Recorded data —

----------------------------------------

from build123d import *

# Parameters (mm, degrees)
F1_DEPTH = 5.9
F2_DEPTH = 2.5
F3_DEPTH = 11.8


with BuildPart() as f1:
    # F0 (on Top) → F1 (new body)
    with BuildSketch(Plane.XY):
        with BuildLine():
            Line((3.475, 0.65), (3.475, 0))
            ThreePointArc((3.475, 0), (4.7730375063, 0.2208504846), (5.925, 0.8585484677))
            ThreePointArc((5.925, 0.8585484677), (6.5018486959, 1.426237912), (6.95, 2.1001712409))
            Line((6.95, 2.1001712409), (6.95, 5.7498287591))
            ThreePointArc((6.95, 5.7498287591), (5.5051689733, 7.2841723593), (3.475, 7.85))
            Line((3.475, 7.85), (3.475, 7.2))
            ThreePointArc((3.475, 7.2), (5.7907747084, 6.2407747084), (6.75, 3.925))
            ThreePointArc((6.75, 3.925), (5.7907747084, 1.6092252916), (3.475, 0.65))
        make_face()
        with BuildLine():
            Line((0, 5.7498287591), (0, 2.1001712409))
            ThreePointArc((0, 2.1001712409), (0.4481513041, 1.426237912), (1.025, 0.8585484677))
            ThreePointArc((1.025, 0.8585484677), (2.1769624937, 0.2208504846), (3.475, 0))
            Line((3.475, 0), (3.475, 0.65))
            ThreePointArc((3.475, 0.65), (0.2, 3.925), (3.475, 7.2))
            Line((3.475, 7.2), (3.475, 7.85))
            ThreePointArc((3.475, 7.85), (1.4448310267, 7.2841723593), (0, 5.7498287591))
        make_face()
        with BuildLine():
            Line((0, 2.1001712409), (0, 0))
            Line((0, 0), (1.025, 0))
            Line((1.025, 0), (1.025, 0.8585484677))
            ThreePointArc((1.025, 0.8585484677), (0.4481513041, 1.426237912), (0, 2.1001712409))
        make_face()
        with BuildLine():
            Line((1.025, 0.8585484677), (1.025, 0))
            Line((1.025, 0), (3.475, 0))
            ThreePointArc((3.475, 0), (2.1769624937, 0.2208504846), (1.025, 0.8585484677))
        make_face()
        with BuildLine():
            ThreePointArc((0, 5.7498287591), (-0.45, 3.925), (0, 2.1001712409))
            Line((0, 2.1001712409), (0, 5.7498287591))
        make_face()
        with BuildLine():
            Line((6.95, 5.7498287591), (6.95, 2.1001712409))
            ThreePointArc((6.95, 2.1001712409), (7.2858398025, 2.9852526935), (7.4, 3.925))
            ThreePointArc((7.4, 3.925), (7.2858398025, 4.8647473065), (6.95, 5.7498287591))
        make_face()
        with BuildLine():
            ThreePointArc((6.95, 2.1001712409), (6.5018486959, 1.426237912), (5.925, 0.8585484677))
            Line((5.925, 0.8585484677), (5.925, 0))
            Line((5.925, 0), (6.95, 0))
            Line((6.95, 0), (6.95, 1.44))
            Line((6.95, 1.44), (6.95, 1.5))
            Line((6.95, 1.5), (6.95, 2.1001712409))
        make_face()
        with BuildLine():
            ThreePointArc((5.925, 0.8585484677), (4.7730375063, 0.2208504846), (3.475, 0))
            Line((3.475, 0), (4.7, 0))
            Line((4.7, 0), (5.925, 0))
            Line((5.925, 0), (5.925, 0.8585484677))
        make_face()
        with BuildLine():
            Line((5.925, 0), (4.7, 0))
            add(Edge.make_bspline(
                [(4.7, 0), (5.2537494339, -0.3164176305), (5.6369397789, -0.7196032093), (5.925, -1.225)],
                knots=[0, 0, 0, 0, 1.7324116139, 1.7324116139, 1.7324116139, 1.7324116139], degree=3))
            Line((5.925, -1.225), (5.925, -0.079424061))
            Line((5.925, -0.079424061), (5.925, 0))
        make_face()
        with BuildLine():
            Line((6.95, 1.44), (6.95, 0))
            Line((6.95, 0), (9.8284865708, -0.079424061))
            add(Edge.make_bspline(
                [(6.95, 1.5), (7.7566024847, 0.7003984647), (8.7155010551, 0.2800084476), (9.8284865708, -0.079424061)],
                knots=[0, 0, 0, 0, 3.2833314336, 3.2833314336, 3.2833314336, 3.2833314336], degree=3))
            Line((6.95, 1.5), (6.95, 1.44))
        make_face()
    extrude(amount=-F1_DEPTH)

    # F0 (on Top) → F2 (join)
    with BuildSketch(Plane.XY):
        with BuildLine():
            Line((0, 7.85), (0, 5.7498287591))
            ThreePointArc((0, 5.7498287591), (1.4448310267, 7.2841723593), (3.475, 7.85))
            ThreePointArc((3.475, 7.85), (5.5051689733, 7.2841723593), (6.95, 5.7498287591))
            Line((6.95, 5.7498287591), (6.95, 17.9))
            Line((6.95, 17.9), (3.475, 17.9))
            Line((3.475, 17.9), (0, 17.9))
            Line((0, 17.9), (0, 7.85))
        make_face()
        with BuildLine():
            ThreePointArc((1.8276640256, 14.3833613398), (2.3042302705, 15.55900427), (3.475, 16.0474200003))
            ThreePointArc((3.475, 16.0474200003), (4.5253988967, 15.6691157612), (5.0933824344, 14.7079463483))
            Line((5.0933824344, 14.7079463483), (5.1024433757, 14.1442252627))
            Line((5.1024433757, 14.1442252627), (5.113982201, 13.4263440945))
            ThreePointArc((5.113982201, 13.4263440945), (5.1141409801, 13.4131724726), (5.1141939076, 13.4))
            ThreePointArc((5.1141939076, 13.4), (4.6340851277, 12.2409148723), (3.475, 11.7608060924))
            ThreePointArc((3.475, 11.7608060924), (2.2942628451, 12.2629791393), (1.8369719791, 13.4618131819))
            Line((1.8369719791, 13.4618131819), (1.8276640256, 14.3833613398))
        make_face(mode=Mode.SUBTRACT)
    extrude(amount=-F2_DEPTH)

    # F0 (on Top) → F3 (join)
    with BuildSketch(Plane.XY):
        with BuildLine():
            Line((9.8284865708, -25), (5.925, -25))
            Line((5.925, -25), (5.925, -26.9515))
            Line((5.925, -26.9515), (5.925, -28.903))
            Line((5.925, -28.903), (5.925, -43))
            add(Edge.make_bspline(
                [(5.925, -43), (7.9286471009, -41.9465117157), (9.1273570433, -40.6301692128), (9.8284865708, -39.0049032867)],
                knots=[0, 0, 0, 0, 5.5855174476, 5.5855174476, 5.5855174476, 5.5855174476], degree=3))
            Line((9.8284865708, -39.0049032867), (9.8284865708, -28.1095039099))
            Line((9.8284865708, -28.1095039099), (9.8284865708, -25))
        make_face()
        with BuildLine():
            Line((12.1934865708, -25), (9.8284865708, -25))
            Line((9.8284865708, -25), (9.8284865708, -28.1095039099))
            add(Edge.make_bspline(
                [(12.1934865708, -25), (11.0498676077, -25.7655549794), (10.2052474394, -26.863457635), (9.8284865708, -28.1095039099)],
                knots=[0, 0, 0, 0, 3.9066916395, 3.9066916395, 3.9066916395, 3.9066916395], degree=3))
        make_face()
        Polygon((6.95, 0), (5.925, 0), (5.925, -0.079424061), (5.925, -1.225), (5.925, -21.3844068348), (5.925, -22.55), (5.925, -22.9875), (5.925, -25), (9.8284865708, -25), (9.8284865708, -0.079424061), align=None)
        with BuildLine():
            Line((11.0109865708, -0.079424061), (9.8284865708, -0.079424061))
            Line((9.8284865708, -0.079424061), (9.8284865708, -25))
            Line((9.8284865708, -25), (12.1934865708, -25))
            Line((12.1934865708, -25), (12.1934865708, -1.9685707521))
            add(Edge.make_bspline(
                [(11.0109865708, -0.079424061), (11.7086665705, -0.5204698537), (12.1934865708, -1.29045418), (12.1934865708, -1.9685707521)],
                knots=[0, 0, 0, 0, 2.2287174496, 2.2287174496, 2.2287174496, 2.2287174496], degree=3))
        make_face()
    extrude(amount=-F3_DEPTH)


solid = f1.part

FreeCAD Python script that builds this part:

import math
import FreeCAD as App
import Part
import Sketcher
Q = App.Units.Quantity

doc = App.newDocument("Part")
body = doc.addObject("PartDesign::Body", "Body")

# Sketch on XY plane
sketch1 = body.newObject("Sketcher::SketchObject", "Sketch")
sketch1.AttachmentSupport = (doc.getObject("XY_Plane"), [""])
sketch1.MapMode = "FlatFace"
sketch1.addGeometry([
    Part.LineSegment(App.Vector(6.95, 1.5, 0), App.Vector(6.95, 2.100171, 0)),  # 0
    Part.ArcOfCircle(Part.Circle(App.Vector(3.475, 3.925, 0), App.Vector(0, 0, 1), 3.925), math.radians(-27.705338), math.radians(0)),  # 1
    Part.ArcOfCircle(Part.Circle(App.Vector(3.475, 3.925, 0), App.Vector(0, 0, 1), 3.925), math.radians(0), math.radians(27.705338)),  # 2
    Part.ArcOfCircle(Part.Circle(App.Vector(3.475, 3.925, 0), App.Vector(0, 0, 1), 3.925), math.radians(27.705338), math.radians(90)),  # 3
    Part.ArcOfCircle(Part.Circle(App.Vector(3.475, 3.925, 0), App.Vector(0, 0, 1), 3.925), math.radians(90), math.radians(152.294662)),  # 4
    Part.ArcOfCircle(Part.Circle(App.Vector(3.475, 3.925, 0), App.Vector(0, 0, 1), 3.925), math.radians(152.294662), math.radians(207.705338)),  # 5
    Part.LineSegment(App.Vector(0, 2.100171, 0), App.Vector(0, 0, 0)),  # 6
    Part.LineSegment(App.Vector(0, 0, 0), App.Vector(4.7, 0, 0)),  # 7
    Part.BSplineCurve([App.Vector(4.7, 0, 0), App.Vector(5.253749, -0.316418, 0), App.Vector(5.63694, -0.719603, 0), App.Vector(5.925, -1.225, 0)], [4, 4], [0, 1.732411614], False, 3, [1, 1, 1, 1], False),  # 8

----------------------------------------

Work request — One inclusive range is required: first line of the data through the line containing "6.2407747084), (6.75, 3.925))". Set it down exactly and output nothing else.

Solved exercise —
from build123d import *

# Parameters (mm, degrees)
F1_DEPTH = 5.9
F2_DEPTH = 2.5
F3_DEPTH = 11.8


with BuildPart() as f1:
    # F0 (on Top) → F1 (new body)
    with BuildSketch(Plane.XY):
        with BuildLine():
            Line((3.475, 0.65), (3.475, 0))
            ThreePointArc((3.475, 0), (4.7730375063, 0.2208504846), (5.925, 0.8585484677))
            ThreePointArc((5.925, 0.8585484677), (6.5018486959, 1.426237912), (6.95, 2.1001712409))
            Line((6.95, 2.1001712409), (6.95, 5.7498287591))
            ThreePointArc((6.95, 5.7498287591), (5.5051689733, 7.2841723593), (3.475, 7.85))
            Line((3.475, 7.85), (3.475, 7.2))
            ThreePointArc((3.475, 7.2), (5.7907747084, 6.2407747084), (6.75, 3.925))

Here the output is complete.